_YOUR OBJECTIVE_: Reproduce, exactly, the lines of the material below from the line containing "#76=ORIENTED_EDGE('',*,*,#75,.T.);" through the line containing "#103=ADVANCED_FACE('',(#99),#102,.T.);", with both end lines included and nothing else.

_GIVEN INFORMATION_:
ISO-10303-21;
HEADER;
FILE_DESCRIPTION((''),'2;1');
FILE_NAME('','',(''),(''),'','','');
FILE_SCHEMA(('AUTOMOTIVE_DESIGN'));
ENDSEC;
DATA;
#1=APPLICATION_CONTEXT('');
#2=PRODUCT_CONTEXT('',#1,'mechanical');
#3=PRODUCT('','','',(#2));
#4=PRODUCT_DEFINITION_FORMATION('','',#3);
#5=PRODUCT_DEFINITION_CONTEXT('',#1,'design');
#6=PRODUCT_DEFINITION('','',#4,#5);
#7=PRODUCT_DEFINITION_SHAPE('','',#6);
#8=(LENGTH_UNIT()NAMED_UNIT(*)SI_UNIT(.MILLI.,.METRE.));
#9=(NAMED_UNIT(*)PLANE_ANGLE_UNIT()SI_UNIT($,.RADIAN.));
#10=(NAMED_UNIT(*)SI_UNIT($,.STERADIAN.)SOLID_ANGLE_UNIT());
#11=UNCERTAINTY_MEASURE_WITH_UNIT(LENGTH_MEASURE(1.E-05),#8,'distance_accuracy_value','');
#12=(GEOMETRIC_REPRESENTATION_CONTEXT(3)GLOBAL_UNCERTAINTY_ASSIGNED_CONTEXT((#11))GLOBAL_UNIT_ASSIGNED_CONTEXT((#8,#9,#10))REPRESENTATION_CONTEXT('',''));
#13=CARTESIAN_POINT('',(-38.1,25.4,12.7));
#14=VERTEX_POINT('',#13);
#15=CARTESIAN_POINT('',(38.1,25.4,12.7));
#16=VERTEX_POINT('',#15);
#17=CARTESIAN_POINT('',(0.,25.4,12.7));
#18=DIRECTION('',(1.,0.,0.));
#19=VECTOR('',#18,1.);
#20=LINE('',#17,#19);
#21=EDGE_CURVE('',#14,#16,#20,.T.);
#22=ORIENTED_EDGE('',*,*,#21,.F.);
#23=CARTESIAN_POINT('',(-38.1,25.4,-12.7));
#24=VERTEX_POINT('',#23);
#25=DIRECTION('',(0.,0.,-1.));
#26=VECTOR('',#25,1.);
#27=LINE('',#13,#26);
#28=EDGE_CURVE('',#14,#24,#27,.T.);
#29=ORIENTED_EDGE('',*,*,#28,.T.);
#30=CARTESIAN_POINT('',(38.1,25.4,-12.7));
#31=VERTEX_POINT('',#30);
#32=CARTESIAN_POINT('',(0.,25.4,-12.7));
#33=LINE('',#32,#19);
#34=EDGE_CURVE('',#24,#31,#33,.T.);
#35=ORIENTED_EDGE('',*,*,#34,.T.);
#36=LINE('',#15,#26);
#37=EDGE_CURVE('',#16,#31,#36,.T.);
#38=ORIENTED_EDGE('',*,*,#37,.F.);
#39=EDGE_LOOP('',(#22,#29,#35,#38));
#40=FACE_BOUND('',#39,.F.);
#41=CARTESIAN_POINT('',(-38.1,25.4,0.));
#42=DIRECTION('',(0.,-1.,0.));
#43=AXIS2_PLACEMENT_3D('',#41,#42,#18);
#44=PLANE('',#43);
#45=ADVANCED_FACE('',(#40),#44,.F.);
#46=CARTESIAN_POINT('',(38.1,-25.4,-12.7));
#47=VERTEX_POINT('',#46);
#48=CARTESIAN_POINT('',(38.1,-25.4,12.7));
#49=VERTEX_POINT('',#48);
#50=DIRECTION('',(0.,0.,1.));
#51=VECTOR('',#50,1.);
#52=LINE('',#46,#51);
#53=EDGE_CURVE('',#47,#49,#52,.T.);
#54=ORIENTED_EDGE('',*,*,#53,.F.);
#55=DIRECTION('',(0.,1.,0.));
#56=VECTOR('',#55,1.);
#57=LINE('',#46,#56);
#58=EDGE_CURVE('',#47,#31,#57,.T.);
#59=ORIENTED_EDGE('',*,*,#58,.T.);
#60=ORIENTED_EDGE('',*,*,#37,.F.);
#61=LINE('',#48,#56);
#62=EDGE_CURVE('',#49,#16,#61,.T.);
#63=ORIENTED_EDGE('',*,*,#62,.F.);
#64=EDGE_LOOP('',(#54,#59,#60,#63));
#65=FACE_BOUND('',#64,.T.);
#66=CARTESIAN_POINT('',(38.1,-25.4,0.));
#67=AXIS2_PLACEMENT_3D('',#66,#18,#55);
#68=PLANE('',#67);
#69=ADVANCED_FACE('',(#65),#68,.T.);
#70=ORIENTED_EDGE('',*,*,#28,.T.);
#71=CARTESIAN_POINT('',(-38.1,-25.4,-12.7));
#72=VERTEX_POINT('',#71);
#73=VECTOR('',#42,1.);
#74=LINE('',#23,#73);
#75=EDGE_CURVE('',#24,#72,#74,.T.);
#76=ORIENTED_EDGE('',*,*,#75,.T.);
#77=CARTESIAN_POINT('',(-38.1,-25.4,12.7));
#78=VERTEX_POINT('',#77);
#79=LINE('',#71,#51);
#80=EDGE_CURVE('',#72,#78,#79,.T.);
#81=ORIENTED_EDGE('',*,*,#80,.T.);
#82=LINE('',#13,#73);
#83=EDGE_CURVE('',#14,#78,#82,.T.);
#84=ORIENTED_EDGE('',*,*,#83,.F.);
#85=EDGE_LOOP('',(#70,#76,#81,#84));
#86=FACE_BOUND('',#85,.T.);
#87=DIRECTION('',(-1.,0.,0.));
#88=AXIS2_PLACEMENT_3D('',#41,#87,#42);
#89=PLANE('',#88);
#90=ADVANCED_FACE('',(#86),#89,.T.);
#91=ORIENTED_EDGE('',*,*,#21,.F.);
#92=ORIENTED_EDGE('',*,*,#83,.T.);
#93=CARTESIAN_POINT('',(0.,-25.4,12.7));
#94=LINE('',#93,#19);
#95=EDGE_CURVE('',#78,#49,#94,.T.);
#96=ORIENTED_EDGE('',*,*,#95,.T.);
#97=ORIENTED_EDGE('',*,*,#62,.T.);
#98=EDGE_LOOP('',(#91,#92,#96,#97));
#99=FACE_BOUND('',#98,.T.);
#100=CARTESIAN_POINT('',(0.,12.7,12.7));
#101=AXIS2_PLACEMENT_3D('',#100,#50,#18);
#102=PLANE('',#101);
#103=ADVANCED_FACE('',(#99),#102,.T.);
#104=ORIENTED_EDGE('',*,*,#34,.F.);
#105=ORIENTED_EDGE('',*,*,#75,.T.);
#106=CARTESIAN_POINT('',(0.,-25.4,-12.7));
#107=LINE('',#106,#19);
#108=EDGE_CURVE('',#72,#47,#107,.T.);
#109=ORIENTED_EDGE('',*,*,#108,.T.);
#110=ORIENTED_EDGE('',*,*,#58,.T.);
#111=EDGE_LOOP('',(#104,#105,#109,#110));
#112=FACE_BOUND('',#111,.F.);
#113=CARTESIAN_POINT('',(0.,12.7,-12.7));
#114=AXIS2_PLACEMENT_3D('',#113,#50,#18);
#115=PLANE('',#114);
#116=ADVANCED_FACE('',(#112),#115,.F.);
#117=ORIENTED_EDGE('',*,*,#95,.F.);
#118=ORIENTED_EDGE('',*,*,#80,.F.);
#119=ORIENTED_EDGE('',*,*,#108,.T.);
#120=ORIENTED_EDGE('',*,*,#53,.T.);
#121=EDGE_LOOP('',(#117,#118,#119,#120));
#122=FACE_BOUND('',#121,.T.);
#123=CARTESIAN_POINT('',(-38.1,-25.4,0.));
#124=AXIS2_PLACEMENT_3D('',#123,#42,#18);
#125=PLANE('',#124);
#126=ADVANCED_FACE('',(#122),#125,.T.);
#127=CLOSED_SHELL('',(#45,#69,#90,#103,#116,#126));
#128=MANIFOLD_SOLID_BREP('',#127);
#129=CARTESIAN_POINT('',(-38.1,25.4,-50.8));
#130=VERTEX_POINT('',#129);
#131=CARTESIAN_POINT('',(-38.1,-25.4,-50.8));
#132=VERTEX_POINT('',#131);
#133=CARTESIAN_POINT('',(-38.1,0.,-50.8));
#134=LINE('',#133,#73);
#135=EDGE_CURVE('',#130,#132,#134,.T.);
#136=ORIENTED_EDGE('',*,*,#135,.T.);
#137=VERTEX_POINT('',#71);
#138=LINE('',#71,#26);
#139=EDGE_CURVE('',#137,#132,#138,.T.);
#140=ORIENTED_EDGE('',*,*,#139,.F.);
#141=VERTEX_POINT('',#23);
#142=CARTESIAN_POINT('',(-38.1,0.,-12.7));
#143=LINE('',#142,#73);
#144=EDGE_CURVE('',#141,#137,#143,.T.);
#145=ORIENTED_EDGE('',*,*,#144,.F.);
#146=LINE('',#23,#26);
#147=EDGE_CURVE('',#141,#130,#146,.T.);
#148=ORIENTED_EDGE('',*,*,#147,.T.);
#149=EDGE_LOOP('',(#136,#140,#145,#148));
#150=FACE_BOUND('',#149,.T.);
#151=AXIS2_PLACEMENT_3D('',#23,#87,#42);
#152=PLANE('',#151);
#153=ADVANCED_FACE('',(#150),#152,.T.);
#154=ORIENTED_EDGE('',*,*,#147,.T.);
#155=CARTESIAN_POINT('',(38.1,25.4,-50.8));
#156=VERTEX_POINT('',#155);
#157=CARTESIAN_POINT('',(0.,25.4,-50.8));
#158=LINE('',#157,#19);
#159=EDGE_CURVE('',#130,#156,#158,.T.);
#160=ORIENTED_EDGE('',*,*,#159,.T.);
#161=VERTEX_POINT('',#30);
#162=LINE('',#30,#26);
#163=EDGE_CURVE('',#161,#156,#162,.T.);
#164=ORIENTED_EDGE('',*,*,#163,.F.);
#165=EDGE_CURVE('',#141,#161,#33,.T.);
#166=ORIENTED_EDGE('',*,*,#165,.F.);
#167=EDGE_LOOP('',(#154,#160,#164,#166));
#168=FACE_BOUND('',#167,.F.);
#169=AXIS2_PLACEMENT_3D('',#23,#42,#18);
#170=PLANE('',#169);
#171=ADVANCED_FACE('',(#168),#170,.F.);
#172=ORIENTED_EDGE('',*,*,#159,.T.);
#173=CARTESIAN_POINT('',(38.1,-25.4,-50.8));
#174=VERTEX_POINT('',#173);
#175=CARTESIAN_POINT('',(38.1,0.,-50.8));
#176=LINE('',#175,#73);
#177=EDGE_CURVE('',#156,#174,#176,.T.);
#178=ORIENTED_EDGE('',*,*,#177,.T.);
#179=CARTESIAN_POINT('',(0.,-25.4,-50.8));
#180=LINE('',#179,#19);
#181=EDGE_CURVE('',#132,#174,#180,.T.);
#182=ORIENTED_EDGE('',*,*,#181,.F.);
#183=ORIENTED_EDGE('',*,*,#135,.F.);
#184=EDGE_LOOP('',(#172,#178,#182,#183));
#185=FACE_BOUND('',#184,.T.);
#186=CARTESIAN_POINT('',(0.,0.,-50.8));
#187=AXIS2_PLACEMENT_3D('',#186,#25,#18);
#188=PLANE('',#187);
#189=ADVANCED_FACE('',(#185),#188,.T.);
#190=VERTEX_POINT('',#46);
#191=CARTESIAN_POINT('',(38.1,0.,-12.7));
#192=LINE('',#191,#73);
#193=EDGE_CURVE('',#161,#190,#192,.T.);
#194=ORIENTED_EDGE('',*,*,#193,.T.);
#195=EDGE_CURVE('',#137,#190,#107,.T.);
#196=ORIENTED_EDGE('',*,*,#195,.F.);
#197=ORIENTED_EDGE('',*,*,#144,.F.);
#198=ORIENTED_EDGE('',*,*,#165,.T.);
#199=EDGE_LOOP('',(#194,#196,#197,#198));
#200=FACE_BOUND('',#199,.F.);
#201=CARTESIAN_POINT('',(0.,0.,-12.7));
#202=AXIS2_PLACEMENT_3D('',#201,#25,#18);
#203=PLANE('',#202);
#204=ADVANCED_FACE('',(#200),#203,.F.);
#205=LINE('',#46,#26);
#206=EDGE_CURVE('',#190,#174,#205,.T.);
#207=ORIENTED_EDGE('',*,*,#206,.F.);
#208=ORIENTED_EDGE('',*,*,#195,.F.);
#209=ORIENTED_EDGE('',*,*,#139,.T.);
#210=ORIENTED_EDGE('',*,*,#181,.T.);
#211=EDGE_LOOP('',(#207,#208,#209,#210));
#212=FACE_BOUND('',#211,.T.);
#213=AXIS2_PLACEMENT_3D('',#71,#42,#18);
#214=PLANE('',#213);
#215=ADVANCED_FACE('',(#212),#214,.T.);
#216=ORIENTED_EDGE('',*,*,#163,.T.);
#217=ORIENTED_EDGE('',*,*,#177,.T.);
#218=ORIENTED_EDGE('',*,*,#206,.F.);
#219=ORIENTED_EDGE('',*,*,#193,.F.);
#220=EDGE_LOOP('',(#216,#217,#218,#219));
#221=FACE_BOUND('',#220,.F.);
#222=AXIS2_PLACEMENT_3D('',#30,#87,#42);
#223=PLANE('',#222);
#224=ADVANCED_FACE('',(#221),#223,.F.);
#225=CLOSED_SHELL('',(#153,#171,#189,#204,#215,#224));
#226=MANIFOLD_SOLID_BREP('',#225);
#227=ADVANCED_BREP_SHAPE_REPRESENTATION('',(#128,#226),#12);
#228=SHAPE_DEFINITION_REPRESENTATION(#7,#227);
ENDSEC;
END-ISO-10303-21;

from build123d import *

# Parameters (mm, degrees)
F0_W      = 76.2
F0_H      = 25.4
F1_DEPTH  = 12.7
F1_FACE_W = 76.2
F1_FACE_H = 50.8
F2_DEPTH  = 38.1


with BuildPart() as f1:
    # F0 (on Top) → F1 (new body, symmetric)
    with BuildSketch(Plane.XY):
        with Locations((0, 12.7)):
            Rectangle(F0_W, F0_H)
        with Locations((0, -12.7)):
            Rectangle(F0_W, F0_H)
    extrude(amount=F1_DEPTH, both=True)


with BuildPart() as f2:
    # F1_face (on face) → F2 (new body)
    with BuildSketch(Plane(origin=(0, 0, -12.7), x_dir=(1, 0, 0), z_dir=(0, 0, -1))):
        Rectangle(F1_FACE_W, F1_FACE_H)
    extrude(amount=F2_DEPTH)


solid = Compound([f1.part, f2.part])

_SOLUTION FOR THIS EXERCISE_:
#76=ORIENTED_EDGE('',*,*,#75,.T.);
#77=CARTESIAN_POINT('',(-38.1,-25.4,12.7));
#78=VERTEX_POINT('',#77);
#79=LINE('',#71,#51);
#80=EDGE_CURVE('',#72,#78,#79,.T.);
#81=ORIENTED_EDGE('',*,*,#80,.T.);
#82=LINE('',#13,#73);
#83=EDGE_CURVE('',#14,#78,#82,.T.);
#84=ORIENTED_EDGE('',*,*,#83,.F.);
#85=EDGE_LOOP('',(#70,#76,#81,#84));
#86=FACE_BOUND('',#85,.T.);
#87=DIRECTION('',(-1.,0.,0.));
#88=AXIS2_PLACEMENT_3D('',#41,#87,#42);
#89=PLANE('',#88);
#90=ADVANCED_FACE('',(#86),#89,.T.);
#91=ORIENTED_EDGE('',*,*,#21,.F.);
#92=ORIENTED_EDGE('',*,*,#83,.T.);
#93=CARTESIAN_POINT('',(0.,-25.4,12.7));
#94=LINE('',#93,#19);
#95=EDGE_CURVE('',#78,#49,#94,.T.);
#96=ORIENTED_EDGE('',*,*,#95,.T.);
#97=ORIENTED_EDGE('',*,*,#62,.T.);
#98=EDGE_LOOP('',(#91,#92,#96,#97));
#99=FACE_BOUND('',#98,.T.);
#100=CARTESIAN_POINT('',(0.,12.7,12.7));
#101=AXIS2_PLACEMENT_3D('',#100,#50,#18);
#102=PLANE('',#101);
#103=ADVANCED_FACE('',(#99),#102,.T.);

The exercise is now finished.